DATA FOR THIS TASK ::
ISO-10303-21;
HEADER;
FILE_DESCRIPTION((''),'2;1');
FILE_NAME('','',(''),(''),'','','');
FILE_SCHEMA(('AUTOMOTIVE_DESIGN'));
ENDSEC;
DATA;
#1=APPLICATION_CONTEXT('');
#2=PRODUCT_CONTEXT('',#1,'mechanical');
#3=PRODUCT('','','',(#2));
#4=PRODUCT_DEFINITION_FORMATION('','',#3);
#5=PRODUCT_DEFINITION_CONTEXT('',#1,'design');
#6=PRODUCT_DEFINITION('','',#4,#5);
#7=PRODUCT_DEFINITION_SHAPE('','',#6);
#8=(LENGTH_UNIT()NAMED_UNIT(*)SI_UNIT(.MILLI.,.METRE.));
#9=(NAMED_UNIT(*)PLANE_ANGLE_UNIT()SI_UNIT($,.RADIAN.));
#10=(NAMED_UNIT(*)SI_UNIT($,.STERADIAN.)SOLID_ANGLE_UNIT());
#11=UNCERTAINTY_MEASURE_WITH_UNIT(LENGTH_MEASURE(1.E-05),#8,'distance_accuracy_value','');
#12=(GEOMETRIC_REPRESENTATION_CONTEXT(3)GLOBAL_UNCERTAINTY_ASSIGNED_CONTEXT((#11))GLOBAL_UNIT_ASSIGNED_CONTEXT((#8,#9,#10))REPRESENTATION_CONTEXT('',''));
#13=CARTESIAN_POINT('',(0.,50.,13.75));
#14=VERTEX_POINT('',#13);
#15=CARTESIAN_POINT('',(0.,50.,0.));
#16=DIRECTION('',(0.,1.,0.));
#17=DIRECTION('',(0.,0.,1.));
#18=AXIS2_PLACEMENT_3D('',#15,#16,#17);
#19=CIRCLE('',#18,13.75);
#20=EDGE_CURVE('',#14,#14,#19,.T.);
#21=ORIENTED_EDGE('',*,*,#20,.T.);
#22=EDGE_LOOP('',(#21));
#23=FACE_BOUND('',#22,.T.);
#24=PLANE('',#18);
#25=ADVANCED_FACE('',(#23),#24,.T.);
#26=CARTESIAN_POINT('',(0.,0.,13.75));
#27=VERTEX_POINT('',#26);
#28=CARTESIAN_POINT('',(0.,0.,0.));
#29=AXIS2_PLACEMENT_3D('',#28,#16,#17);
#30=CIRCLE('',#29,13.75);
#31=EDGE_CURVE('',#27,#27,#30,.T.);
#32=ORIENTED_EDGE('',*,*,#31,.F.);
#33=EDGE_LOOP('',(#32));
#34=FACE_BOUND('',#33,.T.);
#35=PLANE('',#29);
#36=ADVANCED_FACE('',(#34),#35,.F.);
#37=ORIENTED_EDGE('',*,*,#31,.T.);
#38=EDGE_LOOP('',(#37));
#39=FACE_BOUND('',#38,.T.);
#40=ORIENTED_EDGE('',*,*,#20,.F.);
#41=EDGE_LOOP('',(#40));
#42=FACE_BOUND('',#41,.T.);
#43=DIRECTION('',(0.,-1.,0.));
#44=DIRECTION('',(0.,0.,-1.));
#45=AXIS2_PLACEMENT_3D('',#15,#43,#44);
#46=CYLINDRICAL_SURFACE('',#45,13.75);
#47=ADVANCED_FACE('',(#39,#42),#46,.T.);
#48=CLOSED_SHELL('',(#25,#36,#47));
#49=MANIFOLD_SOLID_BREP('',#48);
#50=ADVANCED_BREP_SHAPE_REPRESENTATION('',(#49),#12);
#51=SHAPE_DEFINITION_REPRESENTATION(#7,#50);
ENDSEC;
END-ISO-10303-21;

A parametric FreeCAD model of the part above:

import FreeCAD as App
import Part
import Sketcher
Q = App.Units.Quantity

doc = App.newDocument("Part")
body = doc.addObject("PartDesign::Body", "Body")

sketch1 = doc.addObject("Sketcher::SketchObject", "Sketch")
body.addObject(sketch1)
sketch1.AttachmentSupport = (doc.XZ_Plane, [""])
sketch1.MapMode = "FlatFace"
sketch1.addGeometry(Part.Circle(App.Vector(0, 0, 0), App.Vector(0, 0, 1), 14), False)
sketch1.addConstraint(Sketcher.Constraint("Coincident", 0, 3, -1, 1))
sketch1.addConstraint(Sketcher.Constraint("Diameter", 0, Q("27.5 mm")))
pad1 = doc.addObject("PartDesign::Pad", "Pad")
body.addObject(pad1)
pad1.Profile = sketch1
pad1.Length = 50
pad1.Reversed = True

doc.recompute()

* * *

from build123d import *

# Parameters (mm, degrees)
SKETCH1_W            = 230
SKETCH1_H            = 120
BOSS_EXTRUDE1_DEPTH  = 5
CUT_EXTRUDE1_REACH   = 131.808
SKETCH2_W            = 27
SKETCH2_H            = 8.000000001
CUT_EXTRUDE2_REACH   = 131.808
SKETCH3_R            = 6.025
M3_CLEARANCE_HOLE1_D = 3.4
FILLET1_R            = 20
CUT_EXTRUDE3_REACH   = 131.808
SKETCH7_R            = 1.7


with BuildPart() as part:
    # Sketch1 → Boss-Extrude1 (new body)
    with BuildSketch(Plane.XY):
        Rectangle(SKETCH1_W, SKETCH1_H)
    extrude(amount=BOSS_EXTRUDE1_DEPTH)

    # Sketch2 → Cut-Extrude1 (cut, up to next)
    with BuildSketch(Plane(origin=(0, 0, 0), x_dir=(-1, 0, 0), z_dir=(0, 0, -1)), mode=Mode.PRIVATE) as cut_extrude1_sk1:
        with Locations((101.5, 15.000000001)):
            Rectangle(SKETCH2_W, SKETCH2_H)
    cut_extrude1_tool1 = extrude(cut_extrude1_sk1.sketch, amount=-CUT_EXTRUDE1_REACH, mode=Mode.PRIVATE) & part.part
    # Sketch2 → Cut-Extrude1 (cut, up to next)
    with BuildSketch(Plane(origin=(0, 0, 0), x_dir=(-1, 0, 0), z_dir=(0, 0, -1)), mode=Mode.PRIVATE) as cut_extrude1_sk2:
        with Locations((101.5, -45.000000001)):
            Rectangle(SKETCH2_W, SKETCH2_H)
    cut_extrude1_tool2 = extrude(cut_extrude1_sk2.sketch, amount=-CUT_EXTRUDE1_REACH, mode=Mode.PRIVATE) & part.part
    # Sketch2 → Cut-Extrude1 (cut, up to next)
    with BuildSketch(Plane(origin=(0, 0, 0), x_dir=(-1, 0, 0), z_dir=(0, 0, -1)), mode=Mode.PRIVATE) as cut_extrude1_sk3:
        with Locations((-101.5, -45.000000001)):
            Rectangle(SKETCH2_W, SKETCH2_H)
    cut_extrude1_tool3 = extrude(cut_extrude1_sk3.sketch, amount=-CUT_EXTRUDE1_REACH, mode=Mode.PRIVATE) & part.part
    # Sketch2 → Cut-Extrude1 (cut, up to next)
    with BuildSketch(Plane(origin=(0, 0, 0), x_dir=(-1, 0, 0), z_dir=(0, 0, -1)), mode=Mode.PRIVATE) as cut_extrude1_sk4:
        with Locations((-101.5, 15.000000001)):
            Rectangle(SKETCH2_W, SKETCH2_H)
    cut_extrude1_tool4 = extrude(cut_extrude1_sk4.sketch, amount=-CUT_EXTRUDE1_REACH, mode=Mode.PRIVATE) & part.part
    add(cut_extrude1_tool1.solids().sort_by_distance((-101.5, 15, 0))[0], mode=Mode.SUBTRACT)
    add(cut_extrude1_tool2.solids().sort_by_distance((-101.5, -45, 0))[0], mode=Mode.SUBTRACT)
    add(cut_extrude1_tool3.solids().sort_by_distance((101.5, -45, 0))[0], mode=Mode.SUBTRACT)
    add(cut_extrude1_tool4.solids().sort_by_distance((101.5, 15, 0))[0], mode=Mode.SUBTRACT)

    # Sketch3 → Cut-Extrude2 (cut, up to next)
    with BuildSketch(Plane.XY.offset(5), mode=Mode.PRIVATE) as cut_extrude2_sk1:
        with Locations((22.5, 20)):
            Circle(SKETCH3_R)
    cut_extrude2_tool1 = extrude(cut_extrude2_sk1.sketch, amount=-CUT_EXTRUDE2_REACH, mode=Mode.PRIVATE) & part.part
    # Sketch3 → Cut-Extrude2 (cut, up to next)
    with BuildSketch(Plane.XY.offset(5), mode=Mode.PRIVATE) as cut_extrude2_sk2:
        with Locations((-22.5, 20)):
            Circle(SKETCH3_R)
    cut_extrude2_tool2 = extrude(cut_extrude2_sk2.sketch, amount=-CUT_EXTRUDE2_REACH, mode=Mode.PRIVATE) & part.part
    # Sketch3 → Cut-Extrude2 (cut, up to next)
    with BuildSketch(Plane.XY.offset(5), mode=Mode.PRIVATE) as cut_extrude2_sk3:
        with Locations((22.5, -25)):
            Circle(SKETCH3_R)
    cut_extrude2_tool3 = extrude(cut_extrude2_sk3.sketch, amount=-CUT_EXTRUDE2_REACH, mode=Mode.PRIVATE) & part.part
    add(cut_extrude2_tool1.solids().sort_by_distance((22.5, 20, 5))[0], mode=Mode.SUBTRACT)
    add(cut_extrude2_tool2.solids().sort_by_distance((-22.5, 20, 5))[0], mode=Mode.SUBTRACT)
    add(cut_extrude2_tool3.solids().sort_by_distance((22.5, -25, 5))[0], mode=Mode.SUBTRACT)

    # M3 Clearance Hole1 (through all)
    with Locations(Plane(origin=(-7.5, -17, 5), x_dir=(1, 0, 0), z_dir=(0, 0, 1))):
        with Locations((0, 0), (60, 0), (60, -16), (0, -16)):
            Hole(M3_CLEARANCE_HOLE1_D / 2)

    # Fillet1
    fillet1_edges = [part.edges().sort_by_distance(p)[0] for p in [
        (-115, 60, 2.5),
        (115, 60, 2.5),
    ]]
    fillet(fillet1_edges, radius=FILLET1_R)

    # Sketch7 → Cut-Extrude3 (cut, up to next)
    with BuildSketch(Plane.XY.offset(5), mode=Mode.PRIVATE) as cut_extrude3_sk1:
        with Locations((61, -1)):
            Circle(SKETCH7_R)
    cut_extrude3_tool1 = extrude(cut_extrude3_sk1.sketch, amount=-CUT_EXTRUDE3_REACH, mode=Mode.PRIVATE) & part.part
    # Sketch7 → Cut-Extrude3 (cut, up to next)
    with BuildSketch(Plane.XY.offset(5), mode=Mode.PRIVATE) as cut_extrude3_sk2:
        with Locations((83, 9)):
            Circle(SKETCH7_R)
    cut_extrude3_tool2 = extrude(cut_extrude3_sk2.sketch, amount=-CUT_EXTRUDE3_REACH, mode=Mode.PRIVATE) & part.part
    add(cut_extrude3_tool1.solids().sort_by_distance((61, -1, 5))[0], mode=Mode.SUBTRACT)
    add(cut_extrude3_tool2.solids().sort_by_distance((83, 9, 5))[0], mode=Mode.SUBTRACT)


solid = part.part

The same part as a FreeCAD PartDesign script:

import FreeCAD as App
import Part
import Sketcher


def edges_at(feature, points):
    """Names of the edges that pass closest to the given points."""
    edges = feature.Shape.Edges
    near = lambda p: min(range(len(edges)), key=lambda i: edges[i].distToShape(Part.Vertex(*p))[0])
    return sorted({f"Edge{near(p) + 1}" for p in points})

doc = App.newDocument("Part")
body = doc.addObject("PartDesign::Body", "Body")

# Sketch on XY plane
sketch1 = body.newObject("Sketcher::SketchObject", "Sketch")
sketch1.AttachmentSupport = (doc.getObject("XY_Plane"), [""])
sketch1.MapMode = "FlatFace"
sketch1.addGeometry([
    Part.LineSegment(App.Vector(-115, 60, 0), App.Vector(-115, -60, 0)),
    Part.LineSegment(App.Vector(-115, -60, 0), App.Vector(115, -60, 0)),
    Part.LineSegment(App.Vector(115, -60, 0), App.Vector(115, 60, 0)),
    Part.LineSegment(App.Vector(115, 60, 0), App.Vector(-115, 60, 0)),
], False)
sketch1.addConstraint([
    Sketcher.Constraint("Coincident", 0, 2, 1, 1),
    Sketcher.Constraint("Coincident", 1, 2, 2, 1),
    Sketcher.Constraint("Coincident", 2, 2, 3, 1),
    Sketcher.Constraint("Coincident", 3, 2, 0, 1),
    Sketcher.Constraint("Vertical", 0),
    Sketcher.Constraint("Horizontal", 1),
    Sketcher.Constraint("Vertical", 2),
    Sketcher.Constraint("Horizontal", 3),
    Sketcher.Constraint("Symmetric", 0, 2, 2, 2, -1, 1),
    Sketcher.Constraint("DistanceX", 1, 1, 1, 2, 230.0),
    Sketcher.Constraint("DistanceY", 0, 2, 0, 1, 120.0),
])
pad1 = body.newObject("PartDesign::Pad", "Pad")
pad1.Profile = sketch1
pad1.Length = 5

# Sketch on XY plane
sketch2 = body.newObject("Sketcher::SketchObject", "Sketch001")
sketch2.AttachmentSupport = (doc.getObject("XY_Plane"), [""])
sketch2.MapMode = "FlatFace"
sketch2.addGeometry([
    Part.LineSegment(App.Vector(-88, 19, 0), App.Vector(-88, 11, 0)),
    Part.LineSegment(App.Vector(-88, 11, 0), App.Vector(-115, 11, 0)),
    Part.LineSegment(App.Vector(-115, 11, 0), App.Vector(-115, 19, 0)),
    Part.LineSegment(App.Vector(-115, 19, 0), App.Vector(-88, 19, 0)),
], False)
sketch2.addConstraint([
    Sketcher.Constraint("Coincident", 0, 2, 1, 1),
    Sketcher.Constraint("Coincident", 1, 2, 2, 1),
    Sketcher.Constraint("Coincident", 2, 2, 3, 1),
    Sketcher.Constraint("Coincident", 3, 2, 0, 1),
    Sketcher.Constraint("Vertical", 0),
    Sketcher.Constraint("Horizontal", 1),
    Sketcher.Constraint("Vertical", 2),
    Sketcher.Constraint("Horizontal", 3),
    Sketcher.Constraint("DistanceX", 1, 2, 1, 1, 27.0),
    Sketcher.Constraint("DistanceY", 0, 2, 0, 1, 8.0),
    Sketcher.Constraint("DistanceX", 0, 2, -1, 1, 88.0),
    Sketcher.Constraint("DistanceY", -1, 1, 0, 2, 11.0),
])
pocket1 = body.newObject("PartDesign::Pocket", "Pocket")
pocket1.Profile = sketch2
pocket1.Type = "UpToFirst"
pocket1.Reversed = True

WHAT YOU HAVE TO DO :: Would you print exactly, and only, the lines of the data above from the line with "#24=PLANE('',#18);" through the line with "#33=EDGE_LOOP('',(#32));", inclusive?

ANSWER TO THIS TASK ::
#24=PLANE('',#18);
#25=ADVANCED_FACE('',(#23),#24,.T.);
#26=CARTESIAN_POINT('',(0.,0.,13.75));
#27=VERTEX_POINT('',#26);
#28=CARTESIAN_POINT('',(0.,0.,0.));
#29=AXIS2_PLACEMENT_3D('',#28,#16,#17);
#30=CIRCLE('',#29,13.75);
#31=EDGE_CURVE('',#27,#27,#30,.T.);
#32=ORIENTED_EDGE('',*,*,#31,.F.);
#33=EDGE_LOOP('',(#32));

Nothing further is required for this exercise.